• YOUR GOAL
Go to the line below containing "f 201 202 203" and print exactly from there through the line containing "f 283 161 160", both included. Print nothing else.

• INFORMATION PROVIDED
——————
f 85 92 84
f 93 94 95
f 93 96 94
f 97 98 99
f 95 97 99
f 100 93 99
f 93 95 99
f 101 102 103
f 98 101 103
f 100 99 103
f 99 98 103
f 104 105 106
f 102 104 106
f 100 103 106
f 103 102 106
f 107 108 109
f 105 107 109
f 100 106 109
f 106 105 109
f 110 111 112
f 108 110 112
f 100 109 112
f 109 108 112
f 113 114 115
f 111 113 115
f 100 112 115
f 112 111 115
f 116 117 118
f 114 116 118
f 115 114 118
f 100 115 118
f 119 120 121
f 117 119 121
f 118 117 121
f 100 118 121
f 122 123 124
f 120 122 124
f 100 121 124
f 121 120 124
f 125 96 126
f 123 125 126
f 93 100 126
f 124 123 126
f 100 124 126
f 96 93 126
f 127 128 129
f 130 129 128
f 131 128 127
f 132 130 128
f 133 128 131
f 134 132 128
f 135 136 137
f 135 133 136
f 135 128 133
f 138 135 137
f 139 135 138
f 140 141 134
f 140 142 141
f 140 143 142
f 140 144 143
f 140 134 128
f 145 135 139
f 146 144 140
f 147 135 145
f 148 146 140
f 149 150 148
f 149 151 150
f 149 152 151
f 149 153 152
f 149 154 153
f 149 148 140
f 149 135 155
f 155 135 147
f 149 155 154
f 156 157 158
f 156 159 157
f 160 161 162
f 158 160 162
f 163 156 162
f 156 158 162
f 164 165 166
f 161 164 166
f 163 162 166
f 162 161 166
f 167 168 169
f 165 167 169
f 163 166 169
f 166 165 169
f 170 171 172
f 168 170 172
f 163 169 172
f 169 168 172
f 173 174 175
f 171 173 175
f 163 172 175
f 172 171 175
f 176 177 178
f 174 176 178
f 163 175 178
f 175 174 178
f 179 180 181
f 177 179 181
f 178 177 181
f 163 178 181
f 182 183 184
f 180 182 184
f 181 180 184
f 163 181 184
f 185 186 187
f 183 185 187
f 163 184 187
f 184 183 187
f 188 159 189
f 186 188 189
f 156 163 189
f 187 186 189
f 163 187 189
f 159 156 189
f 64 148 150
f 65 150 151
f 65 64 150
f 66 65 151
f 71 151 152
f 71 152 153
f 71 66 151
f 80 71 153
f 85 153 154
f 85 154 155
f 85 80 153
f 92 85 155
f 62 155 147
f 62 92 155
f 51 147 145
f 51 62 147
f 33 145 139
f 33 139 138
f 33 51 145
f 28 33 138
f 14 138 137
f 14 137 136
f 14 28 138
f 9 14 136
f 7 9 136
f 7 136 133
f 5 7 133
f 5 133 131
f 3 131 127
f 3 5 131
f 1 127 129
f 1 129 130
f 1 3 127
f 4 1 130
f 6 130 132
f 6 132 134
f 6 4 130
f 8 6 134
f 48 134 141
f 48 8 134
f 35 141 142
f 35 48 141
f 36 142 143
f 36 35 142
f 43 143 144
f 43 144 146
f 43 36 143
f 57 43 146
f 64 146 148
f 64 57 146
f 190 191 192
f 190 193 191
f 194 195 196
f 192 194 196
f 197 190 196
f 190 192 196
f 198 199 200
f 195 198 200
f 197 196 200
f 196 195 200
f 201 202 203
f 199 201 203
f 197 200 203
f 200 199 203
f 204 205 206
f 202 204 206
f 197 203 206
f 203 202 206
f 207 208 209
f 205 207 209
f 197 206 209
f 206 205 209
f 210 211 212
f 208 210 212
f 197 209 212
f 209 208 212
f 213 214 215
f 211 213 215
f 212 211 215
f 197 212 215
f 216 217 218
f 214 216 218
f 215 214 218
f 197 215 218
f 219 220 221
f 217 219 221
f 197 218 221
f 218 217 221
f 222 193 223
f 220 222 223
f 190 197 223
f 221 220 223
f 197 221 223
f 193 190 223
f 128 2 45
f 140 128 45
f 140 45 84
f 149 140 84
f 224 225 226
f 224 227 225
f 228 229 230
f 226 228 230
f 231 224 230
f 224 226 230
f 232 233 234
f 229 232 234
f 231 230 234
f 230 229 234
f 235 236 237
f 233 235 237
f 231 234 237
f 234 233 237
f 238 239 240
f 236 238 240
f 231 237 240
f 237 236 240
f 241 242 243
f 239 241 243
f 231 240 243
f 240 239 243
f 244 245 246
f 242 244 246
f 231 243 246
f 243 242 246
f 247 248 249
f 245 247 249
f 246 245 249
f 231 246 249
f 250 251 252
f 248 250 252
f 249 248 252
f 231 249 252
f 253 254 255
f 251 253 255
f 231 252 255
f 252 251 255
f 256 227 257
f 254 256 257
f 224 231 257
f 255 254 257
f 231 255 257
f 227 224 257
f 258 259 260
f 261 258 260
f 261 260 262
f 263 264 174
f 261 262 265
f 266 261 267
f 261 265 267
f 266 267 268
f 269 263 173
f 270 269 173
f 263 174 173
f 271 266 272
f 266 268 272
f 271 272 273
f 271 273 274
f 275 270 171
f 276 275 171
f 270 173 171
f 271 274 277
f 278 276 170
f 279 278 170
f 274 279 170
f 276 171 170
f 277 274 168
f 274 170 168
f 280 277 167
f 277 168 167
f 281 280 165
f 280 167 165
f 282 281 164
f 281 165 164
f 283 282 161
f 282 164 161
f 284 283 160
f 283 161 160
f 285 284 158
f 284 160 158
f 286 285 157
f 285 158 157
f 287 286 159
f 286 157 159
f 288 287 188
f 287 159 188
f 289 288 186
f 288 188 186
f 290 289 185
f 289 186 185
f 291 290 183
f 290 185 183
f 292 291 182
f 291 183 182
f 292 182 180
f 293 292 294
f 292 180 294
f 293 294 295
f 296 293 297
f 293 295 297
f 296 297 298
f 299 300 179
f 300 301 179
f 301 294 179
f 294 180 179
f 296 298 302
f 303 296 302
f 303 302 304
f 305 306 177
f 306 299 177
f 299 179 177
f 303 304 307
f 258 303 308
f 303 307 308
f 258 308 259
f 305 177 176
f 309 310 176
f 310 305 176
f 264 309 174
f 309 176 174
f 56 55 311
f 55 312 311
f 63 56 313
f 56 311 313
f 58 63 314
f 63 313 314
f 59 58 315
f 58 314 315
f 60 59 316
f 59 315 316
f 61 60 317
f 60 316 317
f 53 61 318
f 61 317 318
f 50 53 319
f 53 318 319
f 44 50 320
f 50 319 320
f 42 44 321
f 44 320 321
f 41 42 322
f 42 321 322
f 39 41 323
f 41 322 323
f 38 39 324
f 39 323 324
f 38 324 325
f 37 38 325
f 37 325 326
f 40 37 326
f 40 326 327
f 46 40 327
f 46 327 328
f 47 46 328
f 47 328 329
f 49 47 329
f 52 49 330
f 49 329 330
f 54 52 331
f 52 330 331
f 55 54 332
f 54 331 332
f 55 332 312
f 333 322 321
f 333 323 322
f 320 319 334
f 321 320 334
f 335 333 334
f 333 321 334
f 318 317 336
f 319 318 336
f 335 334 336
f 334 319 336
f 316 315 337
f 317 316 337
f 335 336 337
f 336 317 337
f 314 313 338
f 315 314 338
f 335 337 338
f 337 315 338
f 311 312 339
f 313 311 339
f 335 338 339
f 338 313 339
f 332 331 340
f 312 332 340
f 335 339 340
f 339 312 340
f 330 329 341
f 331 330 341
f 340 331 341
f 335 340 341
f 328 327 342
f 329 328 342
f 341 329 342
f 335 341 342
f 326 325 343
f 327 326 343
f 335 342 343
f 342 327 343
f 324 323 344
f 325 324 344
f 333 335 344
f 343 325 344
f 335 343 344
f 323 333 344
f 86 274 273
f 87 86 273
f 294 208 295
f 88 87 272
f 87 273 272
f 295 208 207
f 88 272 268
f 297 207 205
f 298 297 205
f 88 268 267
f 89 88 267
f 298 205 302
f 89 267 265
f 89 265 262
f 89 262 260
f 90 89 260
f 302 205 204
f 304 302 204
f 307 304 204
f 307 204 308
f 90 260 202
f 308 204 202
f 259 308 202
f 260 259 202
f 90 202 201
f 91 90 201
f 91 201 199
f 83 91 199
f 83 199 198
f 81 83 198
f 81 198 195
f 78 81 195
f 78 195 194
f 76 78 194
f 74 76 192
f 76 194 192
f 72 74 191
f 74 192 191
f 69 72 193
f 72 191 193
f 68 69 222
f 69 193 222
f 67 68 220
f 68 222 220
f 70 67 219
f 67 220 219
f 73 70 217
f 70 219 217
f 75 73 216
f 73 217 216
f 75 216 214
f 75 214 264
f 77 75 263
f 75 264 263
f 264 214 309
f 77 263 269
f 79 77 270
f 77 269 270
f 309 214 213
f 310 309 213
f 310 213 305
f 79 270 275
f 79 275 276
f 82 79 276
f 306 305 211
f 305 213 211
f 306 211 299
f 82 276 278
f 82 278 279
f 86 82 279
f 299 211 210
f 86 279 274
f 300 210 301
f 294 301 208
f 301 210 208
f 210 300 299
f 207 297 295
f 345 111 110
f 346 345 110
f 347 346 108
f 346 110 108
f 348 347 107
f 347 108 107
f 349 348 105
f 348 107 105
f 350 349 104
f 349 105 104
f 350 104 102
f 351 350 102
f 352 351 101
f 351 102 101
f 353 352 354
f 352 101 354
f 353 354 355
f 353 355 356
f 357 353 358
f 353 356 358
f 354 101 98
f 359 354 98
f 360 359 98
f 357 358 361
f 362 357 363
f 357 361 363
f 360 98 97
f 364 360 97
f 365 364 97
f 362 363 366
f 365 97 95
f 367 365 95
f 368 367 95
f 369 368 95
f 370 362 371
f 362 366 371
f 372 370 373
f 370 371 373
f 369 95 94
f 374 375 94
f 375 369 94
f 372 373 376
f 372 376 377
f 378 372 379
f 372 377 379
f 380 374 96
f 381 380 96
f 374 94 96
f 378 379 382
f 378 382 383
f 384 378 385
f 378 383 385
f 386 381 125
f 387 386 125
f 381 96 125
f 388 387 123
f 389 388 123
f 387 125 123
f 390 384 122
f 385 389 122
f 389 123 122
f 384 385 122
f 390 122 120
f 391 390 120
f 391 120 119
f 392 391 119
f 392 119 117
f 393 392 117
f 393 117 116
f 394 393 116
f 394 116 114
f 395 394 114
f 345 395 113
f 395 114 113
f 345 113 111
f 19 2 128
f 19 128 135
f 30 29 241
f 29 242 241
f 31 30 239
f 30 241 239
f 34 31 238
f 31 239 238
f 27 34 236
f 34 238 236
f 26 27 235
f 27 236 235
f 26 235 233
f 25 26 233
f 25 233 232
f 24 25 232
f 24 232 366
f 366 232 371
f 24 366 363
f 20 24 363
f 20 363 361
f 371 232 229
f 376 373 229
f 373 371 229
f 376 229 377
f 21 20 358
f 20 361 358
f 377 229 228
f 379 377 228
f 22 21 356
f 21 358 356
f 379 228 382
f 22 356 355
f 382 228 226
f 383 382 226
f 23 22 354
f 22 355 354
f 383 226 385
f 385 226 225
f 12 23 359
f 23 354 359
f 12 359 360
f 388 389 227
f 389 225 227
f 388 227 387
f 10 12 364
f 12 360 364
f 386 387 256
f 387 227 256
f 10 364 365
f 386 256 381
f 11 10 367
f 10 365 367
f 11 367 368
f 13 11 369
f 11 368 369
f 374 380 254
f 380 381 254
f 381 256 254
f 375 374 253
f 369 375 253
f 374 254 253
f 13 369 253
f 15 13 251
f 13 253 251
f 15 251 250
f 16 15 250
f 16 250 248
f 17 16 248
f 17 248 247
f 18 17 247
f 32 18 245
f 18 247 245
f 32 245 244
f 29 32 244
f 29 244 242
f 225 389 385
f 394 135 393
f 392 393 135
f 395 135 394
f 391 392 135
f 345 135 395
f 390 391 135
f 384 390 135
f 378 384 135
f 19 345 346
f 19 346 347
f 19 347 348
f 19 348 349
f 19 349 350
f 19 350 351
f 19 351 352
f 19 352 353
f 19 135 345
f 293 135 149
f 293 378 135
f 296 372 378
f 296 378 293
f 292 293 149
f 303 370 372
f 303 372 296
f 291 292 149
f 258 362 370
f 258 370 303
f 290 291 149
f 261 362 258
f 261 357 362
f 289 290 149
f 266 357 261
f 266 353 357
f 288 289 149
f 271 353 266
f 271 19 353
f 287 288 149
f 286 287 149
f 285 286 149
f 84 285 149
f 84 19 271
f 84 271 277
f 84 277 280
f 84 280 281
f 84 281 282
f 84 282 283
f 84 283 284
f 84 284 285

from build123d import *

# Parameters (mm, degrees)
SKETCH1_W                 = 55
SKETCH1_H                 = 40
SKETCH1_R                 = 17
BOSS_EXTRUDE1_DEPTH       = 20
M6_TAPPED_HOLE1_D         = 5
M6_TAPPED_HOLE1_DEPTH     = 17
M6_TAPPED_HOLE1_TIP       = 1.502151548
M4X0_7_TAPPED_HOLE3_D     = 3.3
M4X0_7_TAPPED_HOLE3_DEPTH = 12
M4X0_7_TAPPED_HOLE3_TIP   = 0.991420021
——————
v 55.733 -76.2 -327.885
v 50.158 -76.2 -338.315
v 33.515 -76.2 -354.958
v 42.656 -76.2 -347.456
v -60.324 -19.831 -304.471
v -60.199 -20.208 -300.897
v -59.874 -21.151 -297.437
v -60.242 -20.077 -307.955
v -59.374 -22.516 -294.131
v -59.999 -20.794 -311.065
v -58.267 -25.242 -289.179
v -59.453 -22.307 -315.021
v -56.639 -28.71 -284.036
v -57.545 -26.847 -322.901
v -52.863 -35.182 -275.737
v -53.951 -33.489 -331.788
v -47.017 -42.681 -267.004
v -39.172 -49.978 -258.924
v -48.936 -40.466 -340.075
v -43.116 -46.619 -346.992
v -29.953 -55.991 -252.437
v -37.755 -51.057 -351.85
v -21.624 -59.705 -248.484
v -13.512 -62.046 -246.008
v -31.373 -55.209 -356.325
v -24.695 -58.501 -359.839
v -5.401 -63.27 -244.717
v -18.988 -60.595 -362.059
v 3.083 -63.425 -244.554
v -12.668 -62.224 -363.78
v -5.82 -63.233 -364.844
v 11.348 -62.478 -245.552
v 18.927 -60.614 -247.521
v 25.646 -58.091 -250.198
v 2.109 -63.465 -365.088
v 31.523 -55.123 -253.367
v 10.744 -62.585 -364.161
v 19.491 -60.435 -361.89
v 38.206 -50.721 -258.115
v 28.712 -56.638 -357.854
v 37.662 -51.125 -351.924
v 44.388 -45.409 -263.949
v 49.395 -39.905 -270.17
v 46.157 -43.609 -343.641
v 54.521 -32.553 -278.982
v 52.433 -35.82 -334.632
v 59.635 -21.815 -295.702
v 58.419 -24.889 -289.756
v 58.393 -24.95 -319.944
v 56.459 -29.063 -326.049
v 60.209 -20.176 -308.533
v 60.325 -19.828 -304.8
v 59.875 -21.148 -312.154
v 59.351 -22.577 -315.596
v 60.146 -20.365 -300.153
——————
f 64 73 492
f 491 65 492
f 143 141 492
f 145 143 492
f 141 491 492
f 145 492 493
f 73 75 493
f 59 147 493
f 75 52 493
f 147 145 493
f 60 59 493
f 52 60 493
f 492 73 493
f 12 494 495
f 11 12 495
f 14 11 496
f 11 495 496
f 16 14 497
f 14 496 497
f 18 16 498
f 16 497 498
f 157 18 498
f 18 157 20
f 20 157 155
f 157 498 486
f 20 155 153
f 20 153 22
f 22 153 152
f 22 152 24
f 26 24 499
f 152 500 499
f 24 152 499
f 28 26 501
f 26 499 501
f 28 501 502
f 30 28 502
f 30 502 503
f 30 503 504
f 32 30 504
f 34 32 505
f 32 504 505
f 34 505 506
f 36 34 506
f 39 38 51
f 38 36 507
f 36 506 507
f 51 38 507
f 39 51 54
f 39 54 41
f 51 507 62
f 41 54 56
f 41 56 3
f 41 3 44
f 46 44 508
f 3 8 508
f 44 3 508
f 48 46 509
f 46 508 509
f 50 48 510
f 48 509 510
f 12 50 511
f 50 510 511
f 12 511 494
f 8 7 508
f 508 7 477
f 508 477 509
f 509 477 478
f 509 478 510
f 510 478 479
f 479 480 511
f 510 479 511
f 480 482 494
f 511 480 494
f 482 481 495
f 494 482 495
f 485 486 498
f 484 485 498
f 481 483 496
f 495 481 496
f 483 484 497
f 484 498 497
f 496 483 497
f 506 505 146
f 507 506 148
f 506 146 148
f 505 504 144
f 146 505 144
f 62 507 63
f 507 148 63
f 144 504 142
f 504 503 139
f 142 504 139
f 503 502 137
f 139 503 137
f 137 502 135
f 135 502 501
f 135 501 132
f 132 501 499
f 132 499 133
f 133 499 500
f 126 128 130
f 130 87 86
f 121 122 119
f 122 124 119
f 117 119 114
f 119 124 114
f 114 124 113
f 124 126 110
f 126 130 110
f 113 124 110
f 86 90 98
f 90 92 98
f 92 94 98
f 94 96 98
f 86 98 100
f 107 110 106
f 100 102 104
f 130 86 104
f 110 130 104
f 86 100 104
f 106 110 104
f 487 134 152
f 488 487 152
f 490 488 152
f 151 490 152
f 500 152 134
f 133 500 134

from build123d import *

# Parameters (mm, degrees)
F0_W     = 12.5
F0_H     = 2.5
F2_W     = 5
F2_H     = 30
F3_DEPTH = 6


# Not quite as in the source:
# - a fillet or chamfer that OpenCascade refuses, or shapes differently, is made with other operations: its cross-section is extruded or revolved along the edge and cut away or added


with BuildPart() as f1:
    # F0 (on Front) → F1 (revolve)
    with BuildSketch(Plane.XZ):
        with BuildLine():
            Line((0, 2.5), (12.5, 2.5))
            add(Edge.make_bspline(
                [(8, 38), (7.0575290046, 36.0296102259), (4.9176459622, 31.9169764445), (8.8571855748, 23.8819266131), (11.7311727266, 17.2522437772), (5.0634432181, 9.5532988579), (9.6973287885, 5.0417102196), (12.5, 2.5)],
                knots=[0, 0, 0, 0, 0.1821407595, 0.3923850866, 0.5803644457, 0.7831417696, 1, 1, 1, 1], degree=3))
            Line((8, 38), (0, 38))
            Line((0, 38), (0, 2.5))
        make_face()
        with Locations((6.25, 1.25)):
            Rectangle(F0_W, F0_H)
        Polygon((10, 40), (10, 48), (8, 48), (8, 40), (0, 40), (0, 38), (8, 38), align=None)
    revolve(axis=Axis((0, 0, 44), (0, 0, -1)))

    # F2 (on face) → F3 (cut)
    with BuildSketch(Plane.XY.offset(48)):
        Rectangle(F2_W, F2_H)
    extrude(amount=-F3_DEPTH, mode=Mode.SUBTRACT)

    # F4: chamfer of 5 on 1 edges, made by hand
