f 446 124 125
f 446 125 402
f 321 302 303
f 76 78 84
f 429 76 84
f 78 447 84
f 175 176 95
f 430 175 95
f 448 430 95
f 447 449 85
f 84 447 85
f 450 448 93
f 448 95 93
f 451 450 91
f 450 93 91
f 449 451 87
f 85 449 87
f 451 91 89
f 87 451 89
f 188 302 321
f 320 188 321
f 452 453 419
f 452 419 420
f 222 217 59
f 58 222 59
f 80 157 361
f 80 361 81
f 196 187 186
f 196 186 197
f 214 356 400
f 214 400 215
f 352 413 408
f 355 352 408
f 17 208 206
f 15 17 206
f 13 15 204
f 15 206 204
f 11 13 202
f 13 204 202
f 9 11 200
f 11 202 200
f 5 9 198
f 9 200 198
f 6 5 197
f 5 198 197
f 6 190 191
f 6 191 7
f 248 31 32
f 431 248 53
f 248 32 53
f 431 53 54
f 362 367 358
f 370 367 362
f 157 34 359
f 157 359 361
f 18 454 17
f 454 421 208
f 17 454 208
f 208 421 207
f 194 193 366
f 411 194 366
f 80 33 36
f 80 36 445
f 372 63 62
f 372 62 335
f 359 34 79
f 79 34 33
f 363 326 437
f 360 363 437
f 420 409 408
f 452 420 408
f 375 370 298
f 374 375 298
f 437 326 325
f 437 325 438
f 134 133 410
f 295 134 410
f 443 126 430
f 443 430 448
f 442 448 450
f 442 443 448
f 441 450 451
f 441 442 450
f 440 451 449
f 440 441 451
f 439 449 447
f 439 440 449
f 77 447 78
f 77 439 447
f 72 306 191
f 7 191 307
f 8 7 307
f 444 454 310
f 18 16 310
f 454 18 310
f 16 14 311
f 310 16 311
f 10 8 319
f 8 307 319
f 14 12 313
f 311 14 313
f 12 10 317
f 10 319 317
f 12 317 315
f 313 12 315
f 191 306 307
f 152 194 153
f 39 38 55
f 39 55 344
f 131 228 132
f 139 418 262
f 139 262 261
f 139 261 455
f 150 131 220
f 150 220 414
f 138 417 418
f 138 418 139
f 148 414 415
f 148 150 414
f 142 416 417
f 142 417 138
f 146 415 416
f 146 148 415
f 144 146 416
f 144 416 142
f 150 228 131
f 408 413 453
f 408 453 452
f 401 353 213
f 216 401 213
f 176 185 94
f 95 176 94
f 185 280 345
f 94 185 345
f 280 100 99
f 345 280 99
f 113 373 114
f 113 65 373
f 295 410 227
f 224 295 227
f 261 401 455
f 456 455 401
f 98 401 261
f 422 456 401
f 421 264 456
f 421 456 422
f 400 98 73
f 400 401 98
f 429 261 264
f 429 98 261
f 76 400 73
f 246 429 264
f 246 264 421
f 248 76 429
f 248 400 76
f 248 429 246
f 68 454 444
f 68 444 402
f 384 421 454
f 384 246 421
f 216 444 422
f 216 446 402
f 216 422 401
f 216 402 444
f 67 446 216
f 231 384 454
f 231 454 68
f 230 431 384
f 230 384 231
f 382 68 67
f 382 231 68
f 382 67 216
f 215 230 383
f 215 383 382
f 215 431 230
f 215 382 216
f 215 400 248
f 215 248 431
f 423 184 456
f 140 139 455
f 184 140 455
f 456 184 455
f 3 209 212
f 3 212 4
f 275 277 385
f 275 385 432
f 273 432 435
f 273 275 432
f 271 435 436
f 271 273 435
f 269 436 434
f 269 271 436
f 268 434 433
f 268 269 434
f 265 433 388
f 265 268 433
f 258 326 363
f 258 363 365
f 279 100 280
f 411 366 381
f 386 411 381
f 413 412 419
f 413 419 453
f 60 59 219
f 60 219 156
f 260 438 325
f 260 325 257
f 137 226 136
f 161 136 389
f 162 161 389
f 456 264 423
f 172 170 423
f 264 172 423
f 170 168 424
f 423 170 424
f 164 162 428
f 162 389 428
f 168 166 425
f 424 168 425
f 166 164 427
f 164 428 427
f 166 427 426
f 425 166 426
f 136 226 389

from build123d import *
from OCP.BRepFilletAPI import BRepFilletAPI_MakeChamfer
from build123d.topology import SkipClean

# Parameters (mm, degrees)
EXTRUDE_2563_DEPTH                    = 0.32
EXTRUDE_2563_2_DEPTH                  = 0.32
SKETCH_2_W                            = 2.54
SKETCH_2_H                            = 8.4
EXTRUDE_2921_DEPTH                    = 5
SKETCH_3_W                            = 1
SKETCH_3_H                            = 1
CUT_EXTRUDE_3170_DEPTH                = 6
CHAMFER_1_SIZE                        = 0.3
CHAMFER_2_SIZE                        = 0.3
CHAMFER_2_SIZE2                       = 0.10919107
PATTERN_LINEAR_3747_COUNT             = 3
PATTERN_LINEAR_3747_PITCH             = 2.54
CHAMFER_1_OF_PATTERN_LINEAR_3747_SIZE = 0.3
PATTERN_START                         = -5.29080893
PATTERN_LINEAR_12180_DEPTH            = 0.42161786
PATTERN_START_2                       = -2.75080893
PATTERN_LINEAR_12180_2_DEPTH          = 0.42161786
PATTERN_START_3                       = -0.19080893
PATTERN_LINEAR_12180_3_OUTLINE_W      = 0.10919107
——————
• RESULT
f 201 202 203
f 199 201 203
f 197 200 203
f 200 199 203
f 204 205 206
f 202 204 206
f 197 203 206
f 203 202 206
f 207 208 209
f 205 207 209
f 197 206 209
f 206 205 209
f 210 211 212
f 208 210 212
f 197 209 212
f 209 208 212
f 213 214 215
f 211 213 215
f 212 211 215
f 197 212 215
f 216 217 218
f 214 216 218
f 215 214 218
f 197 215 218
f 219 220 221
f 217 219 221
f 197 218 221
f 218 217 221
f 222 193 223
f 220 222 223
f 190 197 223
f 221 220 223
f 197 221 223
f 193 190 223
f 128 2 45
f 140 128 45
f 140 45 84
f 149 140 84
f 224 225 226
f 224 227 225
f 228 229 230
f 226 228 230
f 231 224 230
f 224 226 230
f 232 233 234
f 229 232 234
f 231 230 234
f 230 229 234
f 235 236 237
f 233 235 237
f 231 234 237
f 234 233 237
f 238 239 240
f 236 238 240
f 231 237 240
f 237 236 240
f 241 242 243
f 239 241 243
f 231 240 243
f 240 239 243
f 244 245 246
f 242 244 246
f 231 243 246
f 243 242 246
f 247 248 249
f 245 247 249
f 246 245 249
f 231 246 249
f 250 251 252
f 248 250 252
f 249 248 252
f 231 249 252
f 253 254 255
f 251 253 255
f 231 252 255
f 252 251 255
f 256 227 257
f 254 256 257
f 224 231 257
f 255 254 257
f 231 255 257
f 227 224 257
f 258 259 260
f 261 258 260
f 261 260 262
f 263 264 174
f 261 262 265
f 266 261 267
f 261 265 267
f 266 267 268
f 269 263 173
f 270 269 173
f 263 174 173
f 271 266 272
f 266 268 272
f 271 272 273
f 271 273 274
f 275 270 171
f 276 275 171
f 270 173 171
f 271 274 277
f 278 276 170
f 279 278 170
f 274 279 170
f 276 171 170
f 277 274 168
f 274 170 168
f 280 277 167
f 277 168 167
f 281 280 165
f 280 167 165
f 282 281 164
f 281 165 164
f 283 282 161
f 282 164 161
f 284 283 160
f 283 161 160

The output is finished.